Being called "Nurse". - page 2

I'm curious as to how people here feel about being called "Nurse" rather than by their name. For me, I'm not bothered when a patient calls me "Nurse" but when a doctor calls me "Nurse" I feel... Read More

  1. by   bethem
    For some reason, it jars me to be called "nurse" - by doctors OR patients. I would rather be called "Um" or "Hey" than "Nurse". HATE it. I introduce myself as Emma, and I tell them I don't care if they forget my name because I answer to anything. I don't say it, but I really, really hate hearing "Nuuuuuuuuuuuursssssse....." - it just comes out so whiny.

    My doctors call me Emma, I call them by their first names too. I call my patients "Mr/Mrs X" until they ask me to call them by their first names. Doctors who have forgotten my name or don't know me call me "Are you looking after Bed 12?" and that's fine too.

    I never get "Sister". I would be less irked by that than "nuuuuuuuurrsse" though.

    I don't know why.
  2. by   Charity
    If someone, especially a patient doesn't know my name, it is no problem being called "nurse." That IS my title. Or they they could call me what a young woman kept calling me when she called out whenever I stepped away from her bedside: "Miss Lady....Oh, Miss Lady..."
  3. by   gonzo1
    You can call me anything but late for dinner.
  4. by   DDRN4me
    I prefer to be called by my first name. I dont mind "Nurse" as long as it is with respect and not demanding. I do not like "Nurse G. " as that sounds like Marcus Welby MD or anothe r 60s drama!! I have had many kids call me Nurse Mary; as a term of respect and /or endearment and thats fine!
  5. by   RNOTODAY
    I have had the fortune with working with docs very closely, as in they were my co workers, so, it was always on a first name basis.
    If I met a doc I didnt know, they always would say," HI, I am (insert first name)" and I would reply, "I am (first name), one of the nurses here"
    I see thats not really the norm, but honestly thats always how its been for me.
  6. by   traumaRUs
    It depends on the setting. When I was a staff nurse in the ER, we were on first name basis with our physicians - like another poster, we were more like co-workers.

    Now that I'm an APN, I call the docs in my practice, Dr...so and so. They address me by my first name. When I go to the hospital or otherwise meet other physicians and/or mid-levels, we stand, shake hands and introduce ourselves by whatever we want to be called. I have a long and unusual last name and truly just prefer my first name - much easier to remember.

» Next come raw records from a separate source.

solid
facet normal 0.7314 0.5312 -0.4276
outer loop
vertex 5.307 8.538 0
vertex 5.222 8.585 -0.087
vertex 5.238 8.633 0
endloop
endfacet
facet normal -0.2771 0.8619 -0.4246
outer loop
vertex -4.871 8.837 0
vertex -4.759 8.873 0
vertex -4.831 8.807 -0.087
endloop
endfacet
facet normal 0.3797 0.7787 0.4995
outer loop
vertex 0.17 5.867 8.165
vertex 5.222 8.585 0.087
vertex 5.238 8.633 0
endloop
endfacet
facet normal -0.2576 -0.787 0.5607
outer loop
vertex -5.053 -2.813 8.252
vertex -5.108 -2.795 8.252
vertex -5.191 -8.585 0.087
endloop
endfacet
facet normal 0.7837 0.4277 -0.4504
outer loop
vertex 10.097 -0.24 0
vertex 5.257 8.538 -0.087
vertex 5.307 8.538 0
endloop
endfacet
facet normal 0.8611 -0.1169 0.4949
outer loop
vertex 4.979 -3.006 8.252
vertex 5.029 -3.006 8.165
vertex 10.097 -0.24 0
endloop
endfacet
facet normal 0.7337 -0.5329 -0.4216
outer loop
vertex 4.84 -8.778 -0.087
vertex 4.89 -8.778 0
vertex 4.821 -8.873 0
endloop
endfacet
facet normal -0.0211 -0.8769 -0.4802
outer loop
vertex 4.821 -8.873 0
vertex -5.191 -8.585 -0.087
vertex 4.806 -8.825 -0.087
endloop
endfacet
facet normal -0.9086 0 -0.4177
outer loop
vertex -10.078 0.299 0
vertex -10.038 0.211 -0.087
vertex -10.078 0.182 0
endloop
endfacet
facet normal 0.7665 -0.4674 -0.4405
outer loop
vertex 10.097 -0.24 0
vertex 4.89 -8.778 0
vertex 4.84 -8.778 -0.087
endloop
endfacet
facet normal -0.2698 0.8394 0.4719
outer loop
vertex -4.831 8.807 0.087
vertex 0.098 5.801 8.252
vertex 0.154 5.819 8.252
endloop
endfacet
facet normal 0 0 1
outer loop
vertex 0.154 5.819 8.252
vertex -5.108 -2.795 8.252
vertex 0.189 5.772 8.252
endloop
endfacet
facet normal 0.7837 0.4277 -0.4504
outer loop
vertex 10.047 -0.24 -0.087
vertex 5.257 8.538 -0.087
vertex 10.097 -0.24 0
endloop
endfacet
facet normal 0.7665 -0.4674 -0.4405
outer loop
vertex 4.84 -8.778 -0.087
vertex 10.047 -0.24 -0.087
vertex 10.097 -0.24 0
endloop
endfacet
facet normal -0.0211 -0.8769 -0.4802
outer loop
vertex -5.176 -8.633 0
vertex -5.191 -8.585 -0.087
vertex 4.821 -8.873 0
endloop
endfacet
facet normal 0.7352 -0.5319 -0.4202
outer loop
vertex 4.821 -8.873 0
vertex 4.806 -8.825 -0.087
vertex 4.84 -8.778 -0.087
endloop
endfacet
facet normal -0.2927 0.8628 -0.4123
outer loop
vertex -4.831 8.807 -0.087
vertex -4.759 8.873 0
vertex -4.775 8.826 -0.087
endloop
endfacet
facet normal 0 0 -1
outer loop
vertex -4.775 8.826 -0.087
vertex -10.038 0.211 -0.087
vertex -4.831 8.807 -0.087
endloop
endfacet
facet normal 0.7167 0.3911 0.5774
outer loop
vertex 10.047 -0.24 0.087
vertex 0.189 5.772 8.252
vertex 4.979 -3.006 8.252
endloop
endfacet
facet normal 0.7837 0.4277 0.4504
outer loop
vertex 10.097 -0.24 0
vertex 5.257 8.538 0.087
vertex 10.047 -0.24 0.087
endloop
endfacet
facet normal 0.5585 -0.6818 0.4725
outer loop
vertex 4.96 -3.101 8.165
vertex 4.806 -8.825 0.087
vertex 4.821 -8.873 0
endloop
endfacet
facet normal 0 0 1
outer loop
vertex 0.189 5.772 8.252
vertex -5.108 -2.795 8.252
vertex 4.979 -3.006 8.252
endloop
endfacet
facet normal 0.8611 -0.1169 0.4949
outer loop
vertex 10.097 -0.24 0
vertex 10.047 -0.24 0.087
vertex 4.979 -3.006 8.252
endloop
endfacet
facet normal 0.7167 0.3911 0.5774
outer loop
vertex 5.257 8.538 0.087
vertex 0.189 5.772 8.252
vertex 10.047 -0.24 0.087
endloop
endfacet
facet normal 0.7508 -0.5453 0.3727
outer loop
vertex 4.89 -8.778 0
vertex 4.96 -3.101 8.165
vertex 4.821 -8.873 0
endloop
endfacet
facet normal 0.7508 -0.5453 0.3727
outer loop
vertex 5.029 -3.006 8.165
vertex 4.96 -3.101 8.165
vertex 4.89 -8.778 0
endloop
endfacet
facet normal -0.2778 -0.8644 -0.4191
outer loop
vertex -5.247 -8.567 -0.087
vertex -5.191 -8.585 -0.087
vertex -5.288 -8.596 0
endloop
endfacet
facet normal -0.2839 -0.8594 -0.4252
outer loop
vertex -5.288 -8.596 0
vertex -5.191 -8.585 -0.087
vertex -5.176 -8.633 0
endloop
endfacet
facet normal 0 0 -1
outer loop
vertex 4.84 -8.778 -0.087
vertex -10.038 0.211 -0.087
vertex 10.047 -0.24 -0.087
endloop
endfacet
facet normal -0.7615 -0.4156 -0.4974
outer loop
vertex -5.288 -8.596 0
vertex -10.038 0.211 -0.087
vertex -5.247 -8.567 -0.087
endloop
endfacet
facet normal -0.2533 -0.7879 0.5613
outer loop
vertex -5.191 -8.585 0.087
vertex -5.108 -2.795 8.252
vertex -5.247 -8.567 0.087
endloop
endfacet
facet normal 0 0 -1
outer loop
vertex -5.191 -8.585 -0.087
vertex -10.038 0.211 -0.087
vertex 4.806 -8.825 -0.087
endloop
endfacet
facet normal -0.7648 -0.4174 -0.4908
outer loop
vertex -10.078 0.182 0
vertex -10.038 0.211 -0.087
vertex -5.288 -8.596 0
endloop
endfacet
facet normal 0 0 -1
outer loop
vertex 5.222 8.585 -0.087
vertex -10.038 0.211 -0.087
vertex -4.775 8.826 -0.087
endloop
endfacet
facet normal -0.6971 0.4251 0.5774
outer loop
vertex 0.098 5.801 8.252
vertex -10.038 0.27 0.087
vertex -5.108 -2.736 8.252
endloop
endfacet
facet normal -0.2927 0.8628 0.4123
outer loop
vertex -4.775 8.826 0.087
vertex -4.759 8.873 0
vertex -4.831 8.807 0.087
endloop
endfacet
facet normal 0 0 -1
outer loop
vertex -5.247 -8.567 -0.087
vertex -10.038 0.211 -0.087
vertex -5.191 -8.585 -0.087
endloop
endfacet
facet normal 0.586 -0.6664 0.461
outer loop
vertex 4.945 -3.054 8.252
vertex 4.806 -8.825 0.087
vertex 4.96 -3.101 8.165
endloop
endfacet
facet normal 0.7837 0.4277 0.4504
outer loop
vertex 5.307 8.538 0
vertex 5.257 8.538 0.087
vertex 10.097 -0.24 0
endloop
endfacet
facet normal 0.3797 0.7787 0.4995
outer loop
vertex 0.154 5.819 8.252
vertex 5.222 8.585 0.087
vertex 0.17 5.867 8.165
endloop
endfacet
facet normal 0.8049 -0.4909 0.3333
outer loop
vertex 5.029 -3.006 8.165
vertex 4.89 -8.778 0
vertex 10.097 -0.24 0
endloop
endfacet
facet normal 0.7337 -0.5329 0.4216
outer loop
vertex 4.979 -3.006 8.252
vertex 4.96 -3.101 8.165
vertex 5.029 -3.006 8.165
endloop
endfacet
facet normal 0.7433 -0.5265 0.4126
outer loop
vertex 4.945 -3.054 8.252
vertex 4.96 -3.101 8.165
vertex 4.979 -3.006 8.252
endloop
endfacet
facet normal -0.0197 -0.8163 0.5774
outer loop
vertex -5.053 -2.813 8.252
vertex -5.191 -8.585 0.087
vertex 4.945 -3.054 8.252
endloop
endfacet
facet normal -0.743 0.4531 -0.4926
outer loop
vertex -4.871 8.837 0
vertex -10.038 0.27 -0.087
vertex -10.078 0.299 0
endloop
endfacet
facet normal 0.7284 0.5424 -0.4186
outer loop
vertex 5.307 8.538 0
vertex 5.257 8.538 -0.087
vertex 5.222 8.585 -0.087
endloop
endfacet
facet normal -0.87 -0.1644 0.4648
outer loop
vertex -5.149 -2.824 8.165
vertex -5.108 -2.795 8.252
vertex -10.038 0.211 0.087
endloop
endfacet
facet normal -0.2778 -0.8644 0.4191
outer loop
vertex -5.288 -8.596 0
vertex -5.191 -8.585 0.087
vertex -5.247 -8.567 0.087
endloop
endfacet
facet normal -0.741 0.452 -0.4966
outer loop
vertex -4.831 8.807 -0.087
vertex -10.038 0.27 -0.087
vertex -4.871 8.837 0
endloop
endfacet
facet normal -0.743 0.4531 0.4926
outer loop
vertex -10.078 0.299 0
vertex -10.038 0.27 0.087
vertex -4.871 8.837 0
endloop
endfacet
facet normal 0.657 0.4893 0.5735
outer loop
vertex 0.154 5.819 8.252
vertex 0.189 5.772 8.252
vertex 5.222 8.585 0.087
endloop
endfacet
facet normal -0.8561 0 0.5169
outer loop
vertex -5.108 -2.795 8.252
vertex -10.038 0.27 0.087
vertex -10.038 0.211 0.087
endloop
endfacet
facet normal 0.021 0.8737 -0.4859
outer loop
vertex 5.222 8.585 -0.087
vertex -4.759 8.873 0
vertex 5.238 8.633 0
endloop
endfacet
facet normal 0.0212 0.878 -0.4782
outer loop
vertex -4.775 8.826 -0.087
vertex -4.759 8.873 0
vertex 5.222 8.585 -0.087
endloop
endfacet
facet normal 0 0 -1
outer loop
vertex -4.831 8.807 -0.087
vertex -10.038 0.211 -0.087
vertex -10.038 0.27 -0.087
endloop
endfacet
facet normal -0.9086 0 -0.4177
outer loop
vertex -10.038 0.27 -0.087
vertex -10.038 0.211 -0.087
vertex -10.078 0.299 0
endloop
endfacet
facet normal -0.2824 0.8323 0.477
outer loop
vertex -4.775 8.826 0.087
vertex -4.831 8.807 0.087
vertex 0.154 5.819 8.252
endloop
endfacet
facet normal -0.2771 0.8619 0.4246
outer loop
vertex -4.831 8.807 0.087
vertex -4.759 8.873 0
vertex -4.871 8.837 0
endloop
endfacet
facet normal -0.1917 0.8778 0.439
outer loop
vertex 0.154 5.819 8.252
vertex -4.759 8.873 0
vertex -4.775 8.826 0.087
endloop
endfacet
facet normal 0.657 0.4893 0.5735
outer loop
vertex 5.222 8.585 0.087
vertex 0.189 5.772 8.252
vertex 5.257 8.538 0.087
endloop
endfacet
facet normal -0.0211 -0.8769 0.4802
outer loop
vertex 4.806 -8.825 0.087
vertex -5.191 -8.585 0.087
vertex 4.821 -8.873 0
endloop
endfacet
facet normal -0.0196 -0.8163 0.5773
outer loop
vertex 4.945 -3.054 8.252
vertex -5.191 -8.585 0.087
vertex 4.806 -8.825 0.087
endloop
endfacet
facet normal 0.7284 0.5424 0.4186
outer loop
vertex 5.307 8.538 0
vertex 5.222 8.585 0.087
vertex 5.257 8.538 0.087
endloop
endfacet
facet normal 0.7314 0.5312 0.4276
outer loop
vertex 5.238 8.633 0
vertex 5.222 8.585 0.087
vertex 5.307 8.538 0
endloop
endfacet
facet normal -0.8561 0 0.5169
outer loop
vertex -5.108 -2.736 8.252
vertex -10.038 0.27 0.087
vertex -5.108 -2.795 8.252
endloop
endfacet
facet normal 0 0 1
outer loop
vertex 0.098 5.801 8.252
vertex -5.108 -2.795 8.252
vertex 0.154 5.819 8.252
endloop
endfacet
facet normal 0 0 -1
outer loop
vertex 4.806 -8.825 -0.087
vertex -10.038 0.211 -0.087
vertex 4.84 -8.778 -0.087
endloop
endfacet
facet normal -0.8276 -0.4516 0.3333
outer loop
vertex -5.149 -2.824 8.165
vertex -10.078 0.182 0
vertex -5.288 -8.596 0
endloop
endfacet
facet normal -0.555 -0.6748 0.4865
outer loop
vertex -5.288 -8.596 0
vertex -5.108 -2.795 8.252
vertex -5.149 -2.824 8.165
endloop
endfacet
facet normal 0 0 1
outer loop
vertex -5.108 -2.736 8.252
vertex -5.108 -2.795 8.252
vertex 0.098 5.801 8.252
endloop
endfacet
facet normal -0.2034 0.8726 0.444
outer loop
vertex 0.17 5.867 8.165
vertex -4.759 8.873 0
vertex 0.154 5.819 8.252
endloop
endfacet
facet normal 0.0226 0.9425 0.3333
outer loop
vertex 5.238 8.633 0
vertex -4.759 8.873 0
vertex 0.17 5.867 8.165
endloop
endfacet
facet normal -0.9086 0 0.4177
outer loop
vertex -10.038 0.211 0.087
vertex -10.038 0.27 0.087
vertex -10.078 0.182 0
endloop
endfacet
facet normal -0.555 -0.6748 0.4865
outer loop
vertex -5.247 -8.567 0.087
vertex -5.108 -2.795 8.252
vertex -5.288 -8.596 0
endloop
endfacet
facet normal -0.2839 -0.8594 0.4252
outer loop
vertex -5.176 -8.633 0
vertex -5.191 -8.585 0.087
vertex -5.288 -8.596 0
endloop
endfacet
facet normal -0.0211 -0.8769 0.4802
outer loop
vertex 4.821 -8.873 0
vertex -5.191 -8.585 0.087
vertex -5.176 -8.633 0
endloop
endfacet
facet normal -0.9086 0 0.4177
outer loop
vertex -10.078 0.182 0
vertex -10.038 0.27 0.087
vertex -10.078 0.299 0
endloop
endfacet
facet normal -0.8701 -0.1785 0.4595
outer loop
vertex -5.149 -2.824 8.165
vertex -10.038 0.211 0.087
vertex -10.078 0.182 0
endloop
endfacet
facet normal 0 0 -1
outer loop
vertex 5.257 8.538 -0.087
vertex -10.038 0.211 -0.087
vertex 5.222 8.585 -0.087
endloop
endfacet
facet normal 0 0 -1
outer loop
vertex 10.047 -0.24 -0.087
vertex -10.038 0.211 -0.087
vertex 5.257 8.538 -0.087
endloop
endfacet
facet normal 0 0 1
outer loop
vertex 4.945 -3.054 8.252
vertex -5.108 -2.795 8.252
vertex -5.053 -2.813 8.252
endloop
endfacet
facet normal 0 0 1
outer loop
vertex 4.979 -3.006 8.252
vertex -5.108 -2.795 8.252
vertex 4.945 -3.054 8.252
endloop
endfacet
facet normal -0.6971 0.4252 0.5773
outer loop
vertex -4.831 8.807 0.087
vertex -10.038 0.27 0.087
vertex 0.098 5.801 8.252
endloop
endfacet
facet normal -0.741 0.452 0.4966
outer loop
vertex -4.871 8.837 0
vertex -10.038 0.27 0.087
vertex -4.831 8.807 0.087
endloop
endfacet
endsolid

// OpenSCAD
// Auto-generated OpenSCAD file

    inner_points = 10*[[-0.5067955693093701, -0.2765711460282869, 0.8164965809276397], [0.47903674428989906, -0.8777932204727784, 1.4395706848802092e-12], [-0.47903813632393366, 0.8777957186404731, -1.4395706848802092e-12], [0.4929154607816119, -0.3006097881369385, 0.8164965809284891], [-0.5206742858010829, -0.8537545783641267, 5.901945598907332e-13], [0.5206728937670484, 0.8537570765318214, -5.901945598907332e-13], [0.013878020474695501, 0.577184681419687, 0.8164965809270495], [0.9997103340739647, -0.024037393024804222, 8.493389008763497e-13], [-0.9997117261079992, 0.02403989119249895, -8.493389008763497e-13]];

    outer_points = 10*[[-0.512923269542972, -0.04952440908620236, 0.8570046980419713], [0.8557409845176946, 0.04952440908620236, 0.5150288344562363], [-0.8557409845176946, -0.04952440908620236, -0.5150288344562363], [0.12336155278650156, 0.7053703515917454, 0.6980219154077046], [0.21945616218822123, -0.7053703515917454, 0.674011617090503], [-0.21945616218822123, 0.7053703515917454, -0.674011617090503], [-0.7323794317311931, 0.6558459425055431, 0.1829930809514684], [0.6362848223294735, 0.7548947606779478, -0.15898278263426666], [-0.6362848223294735, -0.7548947606779478, 0.15898278263426666]];

    // Convex hull for inner set (I)
    module inner_hull() {
        hull() {
            for (p = inner_points) {
                translate(p) sphere(r=0.1);
            }
        }
    }

    // Convex hull for outer set (O) minus inner hull (O \ I)
    module outer_minus_inner() {
        difference() {
            hull() {
                for (p = outer_points) {
                    translate(p) sphere(r=0.1);
                }
            }
            inner_hull(); // Subtract inner hull
        }
    }

    // Convex hull for outer set (O) minus all translated inner hulls
    module outer_minus_AllTranslationInner() {
        difference() {
            hull() {
                for (p = outer_points) {
                    translate(p) sphere(r=0.1);
                }
            }
            hull() {
                translate([0,0,50]) inner_hull();
                translate([0,0,-50]) inner_hull();
            }; // Subtract translated inner hulls
        }
    }

    // Difference between outer_minus_inner and outer_minus_AllTranslationInner
    module outer_minus_inner_diff() {
        difference() {
            // Outer minus inner
            difference() {
                hull() {
                    for (p = outer_points) {
                        translate(p) sphere(r=0.1);
                    }
                }
                inner_hull();
            }

            // Subtract Outer minus AllTranslationInner
            difference() {
                hull() {
                    for (p = outer_points) {
                        translate(p) sphere(r=0.1);
                    }
                }
                hull() {
                    translate([0,0,50]) inner_hull();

    As an aside, several of my patients call me "doc." I have corrected them and told them that I am not a physician. However, for many of the males who were in the military, medics are referred to as "doc." So, its more a title of respect, not that they actually believe I'm a physician.
  7. by   DusktilDawn
    Quote from BittyBabyGrower
    There are worse things to be called, that is for sure LOL
    How true!!!
  8. by   DutchgirlRN
    I don't mind pt's calling me nurse if they don't know my name. I've been a nurse for 32 years and can't remember a single doctor calling me nurse, that sounds so utterly corny! I cringe when I hear it on TV.
  9. by   jill48
    I have never been called "Nurse"; though I have often imagined it and I don't think I would really mind. There are so many people floating in and out of a patients room and since their is no distinction in their uniforms, I wonder if it would upset me. I don't think so.
  10. by   santhony44
    I had a LOL in a nursing home once call me "Nursie." I wouldn't have wanted to be called that every day, but it's hard to get offended with a slightly demented LOL, especially one not calling you something truly offensive.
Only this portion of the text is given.